▶ _EXERCISE GOAL_:
Copy nothing but the lines below running from the line containing "#27=EDGE_CURVE('',#16,#23,#26,.T.);" through the line containing "#41=AXIS2_PLACEMENT_3D('',#13,#39,#40);", both end lines included.

▶ _EXTRACTED ENTRIES_:
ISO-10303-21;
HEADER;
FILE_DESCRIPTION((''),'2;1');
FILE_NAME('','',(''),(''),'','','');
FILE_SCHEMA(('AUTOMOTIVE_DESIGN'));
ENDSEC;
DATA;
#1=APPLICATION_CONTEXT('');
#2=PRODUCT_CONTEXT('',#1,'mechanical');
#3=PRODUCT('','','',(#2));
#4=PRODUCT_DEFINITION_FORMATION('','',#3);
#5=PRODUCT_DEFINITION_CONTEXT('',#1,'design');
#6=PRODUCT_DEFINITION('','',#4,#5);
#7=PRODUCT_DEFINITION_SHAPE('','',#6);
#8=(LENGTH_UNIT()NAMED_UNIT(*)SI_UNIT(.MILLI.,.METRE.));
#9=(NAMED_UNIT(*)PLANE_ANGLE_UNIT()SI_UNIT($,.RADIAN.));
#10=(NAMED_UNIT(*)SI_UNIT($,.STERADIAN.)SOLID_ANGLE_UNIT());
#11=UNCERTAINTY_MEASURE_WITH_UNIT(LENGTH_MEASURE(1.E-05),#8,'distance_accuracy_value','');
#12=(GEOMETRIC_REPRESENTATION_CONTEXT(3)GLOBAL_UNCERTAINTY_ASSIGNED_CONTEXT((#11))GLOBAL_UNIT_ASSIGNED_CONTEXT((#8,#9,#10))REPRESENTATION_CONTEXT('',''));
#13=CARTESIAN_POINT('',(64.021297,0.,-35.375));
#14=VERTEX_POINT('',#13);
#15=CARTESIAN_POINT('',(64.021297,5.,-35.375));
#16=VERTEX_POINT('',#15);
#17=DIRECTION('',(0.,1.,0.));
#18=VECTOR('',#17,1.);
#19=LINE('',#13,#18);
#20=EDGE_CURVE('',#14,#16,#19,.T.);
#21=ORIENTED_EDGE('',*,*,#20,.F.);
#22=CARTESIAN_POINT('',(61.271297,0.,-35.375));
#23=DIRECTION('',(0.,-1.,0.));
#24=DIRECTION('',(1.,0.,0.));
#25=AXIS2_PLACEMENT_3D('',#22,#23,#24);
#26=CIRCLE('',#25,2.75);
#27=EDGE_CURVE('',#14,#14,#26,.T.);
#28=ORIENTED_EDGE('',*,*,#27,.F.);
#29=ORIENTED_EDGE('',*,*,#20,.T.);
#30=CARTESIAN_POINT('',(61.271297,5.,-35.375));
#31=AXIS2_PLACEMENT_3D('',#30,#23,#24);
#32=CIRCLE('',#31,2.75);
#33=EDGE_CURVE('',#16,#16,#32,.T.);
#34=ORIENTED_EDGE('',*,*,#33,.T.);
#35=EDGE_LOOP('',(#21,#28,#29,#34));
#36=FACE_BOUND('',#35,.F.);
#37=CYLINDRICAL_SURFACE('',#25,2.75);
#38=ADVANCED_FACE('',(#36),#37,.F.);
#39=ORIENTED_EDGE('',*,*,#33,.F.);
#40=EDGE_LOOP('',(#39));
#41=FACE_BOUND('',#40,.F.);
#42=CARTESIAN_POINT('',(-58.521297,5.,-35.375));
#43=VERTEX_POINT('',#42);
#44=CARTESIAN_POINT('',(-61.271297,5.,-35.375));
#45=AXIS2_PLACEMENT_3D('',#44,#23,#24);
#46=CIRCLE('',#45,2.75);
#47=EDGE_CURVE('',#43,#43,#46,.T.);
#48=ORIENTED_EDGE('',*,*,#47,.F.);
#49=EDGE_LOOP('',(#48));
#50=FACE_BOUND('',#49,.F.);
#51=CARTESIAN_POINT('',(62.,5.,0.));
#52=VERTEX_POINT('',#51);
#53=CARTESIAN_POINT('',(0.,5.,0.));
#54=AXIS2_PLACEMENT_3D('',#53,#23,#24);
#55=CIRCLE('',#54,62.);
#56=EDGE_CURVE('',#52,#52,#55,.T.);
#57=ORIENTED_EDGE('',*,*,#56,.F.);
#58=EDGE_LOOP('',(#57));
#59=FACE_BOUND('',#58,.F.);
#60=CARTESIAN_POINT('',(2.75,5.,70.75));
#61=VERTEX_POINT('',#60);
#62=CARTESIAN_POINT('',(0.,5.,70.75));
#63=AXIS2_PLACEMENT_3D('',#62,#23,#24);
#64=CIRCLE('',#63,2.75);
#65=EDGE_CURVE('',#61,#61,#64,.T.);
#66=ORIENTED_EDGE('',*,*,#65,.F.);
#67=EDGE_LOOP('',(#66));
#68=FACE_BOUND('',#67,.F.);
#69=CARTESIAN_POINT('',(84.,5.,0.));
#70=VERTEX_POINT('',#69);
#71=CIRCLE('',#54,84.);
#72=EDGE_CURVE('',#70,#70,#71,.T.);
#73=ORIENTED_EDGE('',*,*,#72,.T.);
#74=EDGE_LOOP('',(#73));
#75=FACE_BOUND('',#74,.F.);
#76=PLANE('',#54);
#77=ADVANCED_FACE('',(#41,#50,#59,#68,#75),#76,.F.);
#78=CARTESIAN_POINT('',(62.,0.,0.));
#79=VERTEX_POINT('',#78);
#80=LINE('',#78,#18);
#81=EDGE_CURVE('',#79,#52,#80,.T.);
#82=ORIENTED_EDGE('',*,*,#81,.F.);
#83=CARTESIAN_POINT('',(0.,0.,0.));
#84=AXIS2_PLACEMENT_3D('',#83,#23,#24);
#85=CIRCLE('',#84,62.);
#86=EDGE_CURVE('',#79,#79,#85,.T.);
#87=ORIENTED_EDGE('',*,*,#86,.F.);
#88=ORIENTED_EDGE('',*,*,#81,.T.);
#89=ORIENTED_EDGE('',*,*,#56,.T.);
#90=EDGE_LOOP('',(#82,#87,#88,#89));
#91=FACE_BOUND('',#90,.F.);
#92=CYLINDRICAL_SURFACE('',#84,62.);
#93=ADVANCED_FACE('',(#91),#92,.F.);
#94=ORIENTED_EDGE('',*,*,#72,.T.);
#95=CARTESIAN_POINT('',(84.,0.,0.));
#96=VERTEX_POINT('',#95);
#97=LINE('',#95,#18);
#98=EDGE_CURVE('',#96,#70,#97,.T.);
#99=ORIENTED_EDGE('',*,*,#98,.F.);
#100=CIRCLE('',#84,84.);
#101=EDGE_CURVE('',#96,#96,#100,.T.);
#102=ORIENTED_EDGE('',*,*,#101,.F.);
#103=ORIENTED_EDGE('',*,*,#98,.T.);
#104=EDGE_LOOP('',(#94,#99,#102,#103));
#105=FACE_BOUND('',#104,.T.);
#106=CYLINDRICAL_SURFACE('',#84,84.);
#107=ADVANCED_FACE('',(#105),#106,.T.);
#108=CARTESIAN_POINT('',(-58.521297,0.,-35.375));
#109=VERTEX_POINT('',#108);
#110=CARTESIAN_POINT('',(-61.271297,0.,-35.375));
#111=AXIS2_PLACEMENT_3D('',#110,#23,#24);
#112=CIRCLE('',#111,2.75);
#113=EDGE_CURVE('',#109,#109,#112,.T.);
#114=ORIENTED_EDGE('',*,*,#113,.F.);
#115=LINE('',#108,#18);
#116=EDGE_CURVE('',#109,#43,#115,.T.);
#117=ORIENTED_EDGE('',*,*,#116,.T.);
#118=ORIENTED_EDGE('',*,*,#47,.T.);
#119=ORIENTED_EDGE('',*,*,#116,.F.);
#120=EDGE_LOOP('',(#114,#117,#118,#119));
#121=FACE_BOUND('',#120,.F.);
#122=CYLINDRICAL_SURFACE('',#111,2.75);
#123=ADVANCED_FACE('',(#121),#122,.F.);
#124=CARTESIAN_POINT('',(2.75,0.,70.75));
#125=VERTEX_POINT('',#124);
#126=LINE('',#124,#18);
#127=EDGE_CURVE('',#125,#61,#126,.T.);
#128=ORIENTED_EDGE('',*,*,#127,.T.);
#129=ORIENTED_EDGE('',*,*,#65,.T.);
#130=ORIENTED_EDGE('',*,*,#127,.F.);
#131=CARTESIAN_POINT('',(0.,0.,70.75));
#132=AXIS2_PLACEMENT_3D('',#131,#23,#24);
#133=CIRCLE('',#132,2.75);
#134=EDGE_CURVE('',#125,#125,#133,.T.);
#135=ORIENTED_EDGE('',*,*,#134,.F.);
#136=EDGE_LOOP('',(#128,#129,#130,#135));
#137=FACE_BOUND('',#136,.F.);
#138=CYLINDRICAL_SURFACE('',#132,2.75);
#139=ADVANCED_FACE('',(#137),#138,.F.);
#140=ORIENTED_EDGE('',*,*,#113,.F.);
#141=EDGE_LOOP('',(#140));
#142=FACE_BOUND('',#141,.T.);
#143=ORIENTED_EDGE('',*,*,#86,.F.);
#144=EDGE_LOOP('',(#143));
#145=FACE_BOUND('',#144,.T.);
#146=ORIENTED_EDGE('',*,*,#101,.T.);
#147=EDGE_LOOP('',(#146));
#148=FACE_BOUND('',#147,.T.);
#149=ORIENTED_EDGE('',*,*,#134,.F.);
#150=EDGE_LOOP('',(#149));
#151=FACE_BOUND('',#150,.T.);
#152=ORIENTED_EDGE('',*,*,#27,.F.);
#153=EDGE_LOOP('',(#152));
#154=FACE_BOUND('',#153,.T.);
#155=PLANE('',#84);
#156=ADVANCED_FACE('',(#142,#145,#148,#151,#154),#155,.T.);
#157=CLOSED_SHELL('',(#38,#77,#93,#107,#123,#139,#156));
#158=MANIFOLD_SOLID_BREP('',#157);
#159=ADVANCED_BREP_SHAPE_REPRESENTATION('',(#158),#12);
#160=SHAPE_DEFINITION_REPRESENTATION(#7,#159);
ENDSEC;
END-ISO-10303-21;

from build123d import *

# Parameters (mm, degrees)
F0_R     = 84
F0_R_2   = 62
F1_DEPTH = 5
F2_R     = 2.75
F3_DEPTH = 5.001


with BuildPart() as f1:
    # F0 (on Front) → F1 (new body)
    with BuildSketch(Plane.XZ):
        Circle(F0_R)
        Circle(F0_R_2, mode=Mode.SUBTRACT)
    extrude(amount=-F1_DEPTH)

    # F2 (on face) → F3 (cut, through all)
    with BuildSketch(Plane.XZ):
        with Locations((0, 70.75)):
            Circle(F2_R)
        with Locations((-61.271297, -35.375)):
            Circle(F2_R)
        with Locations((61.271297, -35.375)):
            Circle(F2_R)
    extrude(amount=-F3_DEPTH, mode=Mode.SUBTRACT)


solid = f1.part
...
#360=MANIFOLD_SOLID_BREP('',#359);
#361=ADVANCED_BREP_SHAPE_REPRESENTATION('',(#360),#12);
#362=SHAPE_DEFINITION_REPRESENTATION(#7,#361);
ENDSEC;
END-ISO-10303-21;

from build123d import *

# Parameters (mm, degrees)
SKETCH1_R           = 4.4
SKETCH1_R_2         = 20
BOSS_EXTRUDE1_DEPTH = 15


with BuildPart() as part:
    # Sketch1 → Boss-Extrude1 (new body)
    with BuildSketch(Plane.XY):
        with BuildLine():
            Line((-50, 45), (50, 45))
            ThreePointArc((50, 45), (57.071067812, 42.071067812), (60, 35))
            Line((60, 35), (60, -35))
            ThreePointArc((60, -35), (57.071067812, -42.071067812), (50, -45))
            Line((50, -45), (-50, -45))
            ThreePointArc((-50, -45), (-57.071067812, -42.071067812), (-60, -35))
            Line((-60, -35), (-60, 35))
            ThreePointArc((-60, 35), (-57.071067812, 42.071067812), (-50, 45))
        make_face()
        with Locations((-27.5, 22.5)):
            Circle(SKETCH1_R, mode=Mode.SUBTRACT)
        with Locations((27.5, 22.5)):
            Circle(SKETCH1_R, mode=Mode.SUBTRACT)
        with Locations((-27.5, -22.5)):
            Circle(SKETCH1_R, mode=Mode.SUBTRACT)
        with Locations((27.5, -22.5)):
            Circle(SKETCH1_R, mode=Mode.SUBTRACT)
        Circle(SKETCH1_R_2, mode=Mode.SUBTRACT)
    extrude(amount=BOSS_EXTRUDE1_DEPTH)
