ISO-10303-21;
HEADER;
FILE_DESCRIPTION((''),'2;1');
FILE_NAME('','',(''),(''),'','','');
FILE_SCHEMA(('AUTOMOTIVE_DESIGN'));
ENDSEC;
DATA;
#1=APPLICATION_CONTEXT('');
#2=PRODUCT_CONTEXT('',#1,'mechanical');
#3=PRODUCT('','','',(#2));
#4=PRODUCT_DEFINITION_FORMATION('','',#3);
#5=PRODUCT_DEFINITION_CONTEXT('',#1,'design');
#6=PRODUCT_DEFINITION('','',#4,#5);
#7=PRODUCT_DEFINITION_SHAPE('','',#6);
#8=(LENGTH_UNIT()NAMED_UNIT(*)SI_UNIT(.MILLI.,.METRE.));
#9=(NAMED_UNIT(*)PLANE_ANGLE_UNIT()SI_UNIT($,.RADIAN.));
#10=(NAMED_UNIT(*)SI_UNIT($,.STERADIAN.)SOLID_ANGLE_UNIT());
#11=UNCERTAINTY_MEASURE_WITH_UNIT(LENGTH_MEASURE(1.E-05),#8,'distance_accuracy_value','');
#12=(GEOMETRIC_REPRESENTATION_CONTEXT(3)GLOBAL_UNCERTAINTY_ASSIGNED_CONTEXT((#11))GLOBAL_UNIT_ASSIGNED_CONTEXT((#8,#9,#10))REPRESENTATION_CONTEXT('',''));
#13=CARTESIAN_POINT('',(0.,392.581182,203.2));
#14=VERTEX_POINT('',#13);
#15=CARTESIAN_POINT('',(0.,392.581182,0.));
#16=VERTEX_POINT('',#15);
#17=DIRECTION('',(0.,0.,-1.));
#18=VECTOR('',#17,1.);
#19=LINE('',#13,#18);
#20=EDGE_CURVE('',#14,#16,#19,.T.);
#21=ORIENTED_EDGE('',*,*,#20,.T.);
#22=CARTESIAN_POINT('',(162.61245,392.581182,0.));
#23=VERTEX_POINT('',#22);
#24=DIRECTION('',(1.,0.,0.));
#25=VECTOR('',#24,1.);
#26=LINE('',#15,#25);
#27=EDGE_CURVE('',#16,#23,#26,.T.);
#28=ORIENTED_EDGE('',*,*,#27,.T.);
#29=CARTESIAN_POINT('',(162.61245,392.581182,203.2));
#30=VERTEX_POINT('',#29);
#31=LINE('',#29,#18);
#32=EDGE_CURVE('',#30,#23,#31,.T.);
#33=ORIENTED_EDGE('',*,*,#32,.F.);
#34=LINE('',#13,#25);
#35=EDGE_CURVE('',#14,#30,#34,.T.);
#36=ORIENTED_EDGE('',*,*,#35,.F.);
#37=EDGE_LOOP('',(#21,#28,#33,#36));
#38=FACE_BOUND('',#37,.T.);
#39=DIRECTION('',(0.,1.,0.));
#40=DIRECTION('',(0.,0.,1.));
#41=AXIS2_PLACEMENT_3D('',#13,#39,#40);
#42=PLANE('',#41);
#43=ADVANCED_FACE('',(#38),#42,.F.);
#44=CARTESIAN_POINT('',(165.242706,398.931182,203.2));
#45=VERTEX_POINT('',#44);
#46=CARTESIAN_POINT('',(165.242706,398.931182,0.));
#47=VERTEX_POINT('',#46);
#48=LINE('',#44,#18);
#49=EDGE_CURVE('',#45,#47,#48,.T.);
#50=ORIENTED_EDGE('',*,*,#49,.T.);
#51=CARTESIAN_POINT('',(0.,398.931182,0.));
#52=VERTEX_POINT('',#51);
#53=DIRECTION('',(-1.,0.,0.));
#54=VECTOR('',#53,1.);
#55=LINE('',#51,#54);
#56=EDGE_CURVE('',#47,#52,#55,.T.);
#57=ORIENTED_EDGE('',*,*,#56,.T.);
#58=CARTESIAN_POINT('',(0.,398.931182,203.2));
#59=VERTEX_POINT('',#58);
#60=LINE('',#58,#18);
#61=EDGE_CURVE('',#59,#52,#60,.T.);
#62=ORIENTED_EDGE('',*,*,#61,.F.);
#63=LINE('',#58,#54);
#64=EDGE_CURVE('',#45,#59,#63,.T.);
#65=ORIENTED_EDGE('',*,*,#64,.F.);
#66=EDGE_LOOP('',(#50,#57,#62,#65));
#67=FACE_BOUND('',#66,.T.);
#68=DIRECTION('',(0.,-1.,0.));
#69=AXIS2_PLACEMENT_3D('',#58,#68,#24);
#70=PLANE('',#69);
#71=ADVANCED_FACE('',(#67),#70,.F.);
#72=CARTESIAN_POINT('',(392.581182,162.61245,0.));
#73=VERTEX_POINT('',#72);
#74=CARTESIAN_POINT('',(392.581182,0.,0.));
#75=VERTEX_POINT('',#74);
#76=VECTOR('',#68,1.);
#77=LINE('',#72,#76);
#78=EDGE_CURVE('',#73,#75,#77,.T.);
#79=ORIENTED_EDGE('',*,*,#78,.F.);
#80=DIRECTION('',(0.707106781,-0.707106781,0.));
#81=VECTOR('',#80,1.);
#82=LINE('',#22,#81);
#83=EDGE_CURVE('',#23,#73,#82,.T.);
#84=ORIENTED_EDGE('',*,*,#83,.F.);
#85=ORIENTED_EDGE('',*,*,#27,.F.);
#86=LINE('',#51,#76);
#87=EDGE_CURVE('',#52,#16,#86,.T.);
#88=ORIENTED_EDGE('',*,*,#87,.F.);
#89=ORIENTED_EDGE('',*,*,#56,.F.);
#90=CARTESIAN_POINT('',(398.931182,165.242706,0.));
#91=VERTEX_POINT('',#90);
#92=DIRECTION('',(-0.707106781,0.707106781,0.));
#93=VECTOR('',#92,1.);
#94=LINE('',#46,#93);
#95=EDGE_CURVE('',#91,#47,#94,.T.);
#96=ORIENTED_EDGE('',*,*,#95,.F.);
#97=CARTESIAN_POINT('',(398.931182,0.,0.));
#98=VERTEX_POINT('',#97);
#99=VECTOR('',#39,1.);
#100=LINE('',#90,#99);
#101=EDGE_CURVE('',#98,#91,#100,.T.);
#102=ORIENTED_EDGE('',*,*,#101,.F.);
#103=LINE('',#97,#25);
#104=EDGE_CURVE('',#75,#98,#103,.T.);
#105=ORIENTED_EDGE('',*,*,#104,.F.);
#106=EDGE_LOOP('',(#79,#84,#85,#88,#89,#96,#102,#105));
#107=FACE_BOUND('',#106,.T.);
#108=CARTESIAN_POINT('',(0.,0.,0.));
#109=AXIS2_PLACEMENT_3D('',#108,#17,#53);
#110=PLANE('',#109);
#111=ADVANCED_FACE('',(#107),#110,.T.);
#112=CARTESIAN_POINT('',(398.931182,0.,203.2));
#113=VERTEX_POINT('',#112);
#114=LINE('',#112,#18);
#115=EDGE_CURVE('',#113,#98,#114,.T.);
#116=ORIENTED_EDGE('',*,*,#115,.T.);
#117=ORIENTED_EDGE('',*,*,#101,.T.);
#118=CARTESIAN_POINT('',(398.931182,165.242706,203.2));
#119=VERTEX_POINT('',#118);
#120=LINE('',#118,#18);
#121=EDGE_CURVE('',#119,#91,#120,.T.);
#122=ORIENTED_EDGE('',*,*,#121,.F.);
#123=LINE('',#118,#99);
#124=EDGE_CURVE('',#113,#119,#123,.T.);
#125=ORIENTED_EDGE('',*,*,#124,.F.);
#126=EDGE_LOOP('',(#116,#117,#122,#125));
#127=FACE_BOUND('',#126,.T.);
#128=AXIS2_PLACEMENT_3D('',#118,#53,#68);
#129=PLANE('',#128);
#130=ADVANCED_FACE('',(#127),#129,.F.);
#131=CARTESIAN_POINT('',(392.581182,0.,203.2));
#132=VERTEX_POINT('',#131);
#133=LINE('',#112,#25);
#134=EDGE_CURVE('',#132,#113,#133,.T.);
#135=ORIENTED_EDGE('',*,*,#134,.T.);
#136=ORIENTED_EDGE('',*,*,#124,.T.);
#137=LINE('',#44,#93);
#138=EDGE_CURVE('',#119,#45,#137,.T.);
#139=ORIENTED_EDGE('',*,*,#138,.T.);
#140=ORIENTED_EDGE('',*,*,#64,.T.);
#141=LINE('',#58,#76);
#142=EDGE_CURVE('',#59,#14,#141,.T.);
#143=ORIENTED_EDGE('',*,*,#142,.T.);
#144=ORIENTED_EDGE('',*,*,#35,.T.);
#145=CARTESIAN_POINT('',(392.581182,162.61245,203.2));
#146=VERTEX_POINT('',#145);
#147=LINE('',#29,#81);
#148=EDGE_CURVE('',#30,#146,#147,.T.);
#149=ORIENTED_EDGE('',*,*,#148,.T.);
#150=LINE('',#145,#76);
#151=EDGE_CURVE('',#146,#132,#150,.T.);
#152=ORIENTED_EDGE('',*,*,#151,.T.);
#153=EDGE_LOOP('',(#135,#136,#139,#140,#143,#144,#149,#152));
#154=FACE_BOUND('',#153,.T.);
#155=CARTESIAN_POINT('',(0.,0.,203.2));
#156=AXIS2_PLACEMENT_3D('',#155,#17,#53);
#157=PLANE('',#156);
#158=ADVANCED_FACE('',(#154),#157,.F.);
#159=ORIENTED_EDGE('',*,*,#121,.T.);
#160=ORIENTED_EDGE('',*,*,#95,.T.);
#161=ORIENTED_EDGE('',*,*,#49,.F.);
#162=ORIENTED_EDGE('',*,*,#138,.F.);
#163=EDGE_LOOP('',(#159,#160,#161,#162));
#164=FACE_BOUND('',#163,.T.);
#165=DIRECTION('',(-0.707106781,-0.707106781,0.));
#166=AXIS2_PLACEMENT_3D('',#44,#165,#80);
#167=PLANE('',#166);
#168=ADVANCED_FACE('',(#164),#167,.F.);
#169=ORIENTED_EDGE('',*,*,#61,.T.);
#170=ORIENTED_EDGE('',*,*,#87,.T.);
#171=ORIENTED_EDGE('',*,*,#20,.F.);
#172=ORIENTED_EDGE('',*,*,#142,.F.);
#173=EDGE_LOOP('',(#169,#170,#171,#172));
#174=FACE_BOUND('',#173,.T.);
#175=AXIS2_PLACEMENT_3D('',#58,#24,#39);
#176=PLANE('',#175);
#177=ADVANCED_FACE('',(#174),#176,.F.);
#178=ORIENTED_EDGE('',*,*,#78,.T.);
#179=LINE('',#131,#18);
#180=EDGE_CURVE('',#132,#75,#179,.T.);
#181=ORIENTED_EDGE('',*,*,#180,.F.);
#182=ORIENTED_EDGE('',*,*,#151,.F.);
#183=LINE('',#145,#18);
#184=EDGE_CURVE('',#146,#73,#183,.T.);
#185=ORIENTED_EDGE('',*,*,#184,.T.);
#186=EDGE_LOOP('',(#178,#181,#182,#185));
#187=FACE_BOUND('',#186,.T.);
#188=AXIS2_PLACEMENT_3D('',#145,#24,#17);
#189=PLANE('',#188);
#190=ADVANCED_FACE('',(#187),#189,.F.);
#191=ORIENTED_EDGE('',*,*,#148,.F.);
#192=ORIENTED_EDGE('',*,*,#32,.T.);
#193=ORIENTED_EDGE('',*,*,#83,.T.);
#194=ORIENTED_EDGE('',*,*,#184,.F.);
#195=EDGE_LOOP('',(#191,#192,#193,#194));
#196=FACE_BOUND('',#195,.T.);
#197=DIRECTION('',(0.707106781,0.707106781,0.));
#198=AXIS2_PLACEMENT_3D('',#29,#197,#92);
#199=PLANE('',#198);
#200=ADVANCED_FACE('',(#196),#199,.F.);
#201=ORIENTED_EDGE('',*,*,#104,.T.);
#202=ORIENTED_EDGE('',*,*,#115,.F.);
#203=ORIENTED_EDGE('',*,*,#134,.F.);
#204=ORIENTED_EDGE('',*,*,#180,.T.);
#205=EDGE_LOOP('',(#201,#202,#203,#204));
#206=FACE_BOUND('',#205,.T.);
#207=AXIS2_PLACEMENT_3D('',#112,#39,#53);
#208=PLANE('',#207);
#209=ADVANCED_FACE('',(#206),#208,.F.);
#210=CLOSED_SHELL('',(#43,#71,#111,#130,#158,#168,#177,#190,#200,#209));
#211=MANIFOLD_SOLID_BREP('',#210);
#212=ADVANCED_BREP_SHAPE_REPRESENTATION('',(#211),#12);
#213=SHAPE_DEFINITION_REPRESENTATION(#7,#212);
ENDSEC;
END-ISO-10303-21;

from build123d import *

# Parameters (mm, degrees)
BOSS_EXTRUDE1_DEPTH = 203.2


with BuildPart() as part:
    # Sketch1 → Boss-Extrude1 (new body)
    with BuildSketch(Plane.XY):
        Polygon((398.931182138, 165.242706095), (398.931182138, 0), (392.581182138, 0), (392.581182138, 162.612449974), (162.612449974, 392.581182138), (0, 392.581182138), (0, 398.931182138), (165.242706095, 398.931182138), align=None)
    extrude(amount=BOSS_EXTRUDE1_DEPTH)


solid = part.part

▶ _ANSWER BOX_:
#27=EDGE_CURVE('',#16,#23,#26,.T.);
#28=ORIENTED_EDGE('',*,*,#27,.T.);
#29=CARTESIAN_POINT('',(162.61245,392.581182,203.2));
#30=VERTEX_POINT('',#29);
#31=LINE('',#29,#18);
#32=EDGE_CURVE('',#30,#23,#31,.T.);
#33=ORIENTED_EDGE('',*,*,#32,.F.);
#34=LINE('',#13,#25);
#35=EDGE_CURVE('',#14,#30,#34,.T.);
#36=ORIENTED_EDGE('',*,*,#35,.F.);
#37=EDGE_LOOP('',(#21,#28,#33,#36));
#38=FACE_BOUND('',#37,.T.);
#39=DIRECTION('',(0.,1.,0.));
#40=DIRECTION('',(0.,0.,1.));
#41=AXIS2_PLACEMENT_3D('',#13,#39,#40);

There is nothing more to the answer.